Entries provided: Begin
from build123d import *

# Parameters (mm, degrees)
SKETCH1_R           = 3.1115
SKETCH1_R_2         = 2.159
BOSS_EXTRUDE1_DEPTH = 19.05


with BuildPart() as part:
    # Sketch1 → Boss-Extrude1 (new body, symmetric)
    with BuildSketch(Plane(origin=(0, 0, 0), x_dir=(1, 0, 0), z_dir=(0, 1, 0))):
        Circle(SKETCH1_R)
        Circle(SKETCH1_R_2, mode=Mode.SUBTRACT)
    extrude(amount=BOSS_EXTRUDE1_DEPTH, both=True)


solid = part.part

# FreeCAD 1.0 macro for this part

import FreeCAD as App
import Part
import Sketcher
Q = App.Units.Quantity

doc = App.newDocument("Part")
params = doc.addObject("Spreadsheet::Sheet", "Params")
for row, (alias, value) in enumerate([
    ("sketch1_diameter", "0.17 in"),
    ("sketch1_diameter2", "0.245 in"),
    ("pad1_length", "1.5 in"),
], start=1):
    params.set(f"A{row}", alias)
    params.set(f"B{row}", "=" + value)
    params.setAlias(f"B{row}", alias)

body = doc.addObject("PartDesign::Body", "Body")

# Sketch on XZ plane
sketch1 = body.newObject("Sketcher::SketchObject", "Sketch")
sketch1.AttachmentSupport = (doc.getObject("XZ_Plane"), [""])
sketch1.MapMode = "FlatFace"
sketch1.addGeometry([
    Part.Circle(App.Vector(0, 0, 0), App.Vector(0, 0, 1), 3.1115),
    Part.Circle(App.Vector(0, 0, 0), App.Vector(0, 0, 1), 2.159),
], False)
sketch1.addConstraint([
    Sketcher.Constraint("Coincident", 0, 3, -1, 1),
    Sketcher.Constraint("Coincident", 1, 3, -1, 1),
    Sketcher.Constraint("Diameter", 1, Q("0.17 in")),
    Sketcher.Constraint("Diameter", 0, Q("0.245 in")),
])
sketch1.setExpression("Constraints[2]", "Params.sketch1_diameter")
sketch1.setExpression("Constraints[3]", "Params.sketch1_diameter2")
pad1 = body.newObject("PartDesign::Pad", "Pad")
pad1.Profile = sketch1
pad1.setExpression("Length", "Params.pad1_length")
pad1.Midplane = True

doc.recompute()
Entries provided: End
Entries provided: Begin
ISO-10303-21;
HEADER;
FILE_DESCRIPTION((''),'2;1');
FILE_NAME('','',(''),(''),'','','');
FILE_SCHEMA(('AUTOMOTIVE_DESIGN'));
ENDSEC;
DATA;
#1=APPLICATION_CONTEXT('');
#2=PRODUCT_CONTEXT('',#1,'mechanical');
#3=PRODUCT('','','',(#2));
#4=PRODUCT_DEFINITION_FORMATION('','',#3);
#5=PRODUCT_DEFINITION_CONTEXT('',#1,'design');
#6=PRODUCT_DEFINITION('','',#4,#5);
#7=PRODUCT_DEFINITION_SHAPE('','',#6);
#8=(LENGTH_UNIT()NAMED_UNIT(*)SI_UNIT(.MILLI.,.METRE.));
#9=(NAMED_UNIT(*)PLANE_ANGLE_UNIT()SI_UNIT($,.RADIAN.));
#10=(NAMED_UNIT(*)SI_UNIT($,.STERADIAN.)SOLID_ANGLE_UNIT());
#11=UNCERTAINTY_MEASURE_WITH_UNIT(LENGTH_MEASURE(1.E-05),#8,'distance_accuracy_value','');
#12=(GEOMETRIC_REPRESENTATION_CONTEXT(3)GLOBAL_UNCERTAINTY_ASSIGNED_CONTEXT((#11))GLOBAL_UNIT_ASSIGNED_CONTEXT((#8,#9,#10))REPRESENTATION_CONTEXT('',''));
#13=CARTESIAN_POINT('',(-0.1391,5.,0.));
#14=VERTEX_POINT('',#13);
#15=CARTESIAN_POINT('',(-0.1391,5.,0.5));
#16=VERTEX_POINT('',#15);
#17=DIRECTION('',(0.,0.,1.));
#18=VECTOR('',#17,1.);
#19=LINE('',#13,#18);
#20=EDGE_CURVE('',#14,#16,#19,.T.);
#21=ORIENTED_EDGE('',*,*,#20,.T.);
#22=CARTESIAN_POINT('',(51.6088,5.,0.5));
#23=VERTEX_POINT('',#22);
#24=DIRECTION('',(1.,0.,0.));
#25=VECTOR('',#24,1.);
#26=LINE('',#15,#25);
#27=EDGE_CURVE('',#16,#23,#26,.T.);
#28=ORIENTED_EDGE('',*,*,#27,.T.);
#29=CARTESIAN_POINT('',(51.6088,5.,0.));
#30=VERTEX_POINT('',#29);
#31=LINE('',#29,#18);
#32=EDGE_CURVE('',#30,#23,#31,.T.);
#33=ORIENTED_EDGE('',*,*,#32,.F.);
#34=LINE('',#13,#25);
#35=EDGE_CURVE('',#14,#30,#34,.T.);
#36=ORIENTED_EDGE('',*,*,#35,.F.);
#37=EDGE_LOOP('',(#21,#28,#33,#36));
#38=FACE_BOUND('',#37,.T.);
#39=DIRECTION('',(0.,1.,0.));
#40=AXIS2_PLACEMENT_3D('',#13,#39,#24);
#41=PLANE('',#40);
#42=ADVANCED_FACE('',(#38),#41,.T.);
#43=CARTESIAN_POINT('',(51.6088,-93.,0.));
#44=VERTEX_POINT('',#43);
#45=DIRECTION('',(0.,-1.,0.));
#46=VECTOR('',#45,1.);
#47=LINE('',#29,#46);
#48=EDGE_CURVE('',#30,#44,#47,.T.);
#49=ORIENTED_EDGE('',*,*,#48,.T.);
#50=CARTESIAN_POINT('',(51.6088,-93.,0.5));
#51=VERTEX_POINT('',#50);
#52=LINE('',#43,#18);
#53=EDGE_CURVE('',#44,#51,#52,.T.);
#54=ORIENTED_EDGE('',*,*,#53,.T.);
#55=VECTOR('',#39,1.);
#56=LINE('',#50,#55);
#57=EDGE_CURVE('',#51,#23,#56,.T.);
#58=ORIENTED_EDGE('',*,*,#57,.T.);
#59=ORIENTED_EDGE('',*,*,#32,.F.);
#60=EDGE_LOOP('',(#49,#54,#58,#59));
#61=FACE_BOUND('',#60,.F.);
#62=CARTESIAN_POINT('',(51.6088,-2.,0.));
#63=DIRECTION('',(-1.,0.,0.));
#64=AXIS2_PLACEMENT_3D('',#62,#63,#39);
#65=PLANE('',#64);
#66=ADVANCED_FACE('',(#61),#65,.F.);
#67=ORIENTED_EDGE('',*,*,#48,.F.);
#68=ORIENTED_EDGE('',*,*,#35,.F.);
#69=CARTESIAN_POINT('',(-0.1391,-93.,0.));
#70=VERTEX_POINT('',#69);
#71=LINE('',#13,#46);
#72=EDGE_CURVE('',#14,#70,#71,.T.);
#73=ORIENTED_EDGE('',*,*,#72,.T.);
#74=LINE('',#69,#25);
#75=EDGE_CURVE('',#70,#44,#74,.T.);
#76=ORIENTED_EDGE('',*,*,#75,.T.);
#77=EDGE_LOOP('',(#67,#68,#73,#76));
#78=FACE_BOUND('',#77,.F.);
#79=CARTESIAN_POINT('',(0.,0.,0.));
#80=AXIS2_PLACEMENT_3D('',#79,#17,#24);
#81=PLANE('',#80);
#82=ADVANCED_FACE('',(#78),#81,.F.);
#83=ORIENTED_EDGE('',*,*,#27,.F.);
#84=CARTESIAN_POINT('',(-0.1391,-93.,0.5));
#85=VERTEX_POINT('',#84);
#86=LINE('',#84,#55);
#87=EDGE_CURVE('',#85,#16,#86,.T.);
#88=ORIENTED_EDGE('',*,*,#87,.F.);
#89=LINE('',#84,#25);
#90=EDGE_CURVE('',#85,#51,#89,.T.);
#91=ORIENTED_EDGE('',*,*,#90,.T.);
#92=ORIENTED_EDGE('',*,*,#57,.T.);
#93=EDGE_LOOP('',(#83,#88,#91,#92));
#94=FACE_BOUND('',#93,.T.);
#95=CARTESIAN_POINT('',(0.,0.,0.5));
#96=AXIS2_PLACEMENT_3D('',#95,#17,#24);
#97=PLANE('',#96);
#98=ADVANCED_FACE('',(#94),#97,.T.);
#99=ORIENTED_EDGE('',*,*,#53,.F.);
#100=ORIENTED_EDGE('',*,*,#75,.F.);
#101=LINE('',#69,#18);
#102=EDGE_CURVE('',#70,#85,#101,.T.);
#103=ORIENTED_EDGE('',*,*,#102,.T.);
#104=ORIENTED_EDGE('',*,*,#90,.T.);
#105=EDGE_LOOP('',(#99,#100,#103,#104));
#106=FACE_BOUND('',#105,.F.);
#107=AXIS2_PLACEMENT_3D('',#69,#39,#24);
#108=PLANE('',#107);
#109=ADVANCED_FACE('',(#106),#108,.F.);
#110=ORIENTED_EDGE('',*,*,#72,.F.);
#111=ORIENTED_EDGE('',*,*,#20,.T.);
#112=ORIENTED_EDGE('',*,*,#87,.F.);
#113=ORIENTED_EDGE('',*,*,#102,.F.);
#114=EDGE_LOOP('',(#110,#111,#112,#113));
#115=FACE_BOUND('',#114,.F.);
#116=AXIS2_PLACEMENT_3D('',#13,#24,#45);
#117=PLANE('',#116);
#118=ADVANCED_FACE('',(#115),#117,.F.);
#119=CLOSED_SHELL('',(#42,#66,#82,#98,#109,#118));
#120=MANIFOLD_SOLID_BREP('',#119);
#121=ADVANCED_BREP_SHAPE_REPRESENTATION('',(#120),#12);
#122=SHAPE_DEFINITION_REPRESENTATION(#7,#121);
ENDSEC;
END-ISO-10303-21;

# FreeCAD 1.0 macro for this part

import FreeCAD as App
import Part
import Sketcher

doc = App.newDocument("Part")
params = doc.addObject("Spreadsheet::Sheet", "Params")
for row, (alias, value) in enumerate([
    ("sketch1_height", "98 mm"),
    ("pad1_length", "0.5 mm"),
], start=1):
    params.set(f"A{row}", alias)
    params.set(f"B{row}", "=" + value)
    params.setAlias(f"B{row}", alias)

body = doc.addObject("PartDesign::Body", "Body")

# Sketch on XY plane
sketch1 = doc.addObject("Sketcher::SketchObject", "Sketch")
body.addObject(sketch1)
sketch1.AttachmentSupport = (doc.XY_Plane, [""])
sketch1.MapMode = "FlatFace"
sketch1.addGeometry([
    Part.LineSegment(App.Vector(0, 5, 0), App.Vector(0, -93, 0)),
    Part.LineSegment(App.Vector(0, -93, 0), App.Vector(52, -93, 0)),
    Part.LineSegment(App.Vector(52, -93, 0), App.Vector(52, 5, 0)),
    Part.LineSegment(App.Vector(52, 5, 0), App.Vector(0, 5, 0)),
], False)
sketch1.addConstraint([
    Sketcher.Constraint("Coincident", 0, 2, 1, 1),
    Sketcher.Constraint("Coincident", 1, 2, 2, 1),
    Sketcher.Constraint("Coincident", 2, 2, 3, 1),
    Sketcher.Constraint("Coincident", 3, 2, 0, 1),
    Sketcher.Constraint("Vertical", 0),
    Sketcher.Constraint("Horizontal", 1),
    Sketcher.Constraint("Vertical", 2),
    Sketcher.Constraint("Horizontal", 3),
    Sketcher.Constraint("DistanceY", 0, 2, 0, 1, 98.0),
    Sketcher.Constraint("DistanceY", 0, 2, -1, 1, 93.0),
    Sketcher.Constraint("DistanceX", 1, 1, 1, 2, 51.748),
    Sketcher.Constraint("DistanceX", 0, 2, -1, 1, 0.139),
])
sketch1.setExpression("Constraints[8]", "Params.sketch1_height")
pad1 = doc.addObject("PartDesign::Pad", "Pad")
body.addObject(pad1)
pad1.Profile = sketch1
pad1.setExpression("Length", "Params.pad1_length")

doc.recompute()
Entries provided: End
**The problem**:
The listing above holds a line with "#88=ORIENTED_EDGE('',*,*,#87,.F.);" and a line with "#98=ADVANCED_FACE('',(#94),#97,.T.);". Print the stretch from the first through the second, exactly and alone.

**Written solution**:
#88=ORIENTED_EDGE('',*,*,#87,.F.);
#89=LINE('',#84,#25);
#90=EDGE_CURVE('',#85,#51,#89,.T.);
#91=ORIENTED_EDGE('',*,*,#90,.T.);
#92=ORIENTED_EDGE('',*,*,#57,.T.);
#93=EDGE_LOOP('',(#83,#88,#91,#92));
#94=FACE_BOUND('',#93,.T.);
#95=CARTESIAN_POINT('',(0.,0.,0.5));
#96=AXIS2_PLACEMENT_3D('',#95,#17,#24);
#97=PLANE('',#96);
#98=ADVANCED_FACE('',(#94),#97,.T.);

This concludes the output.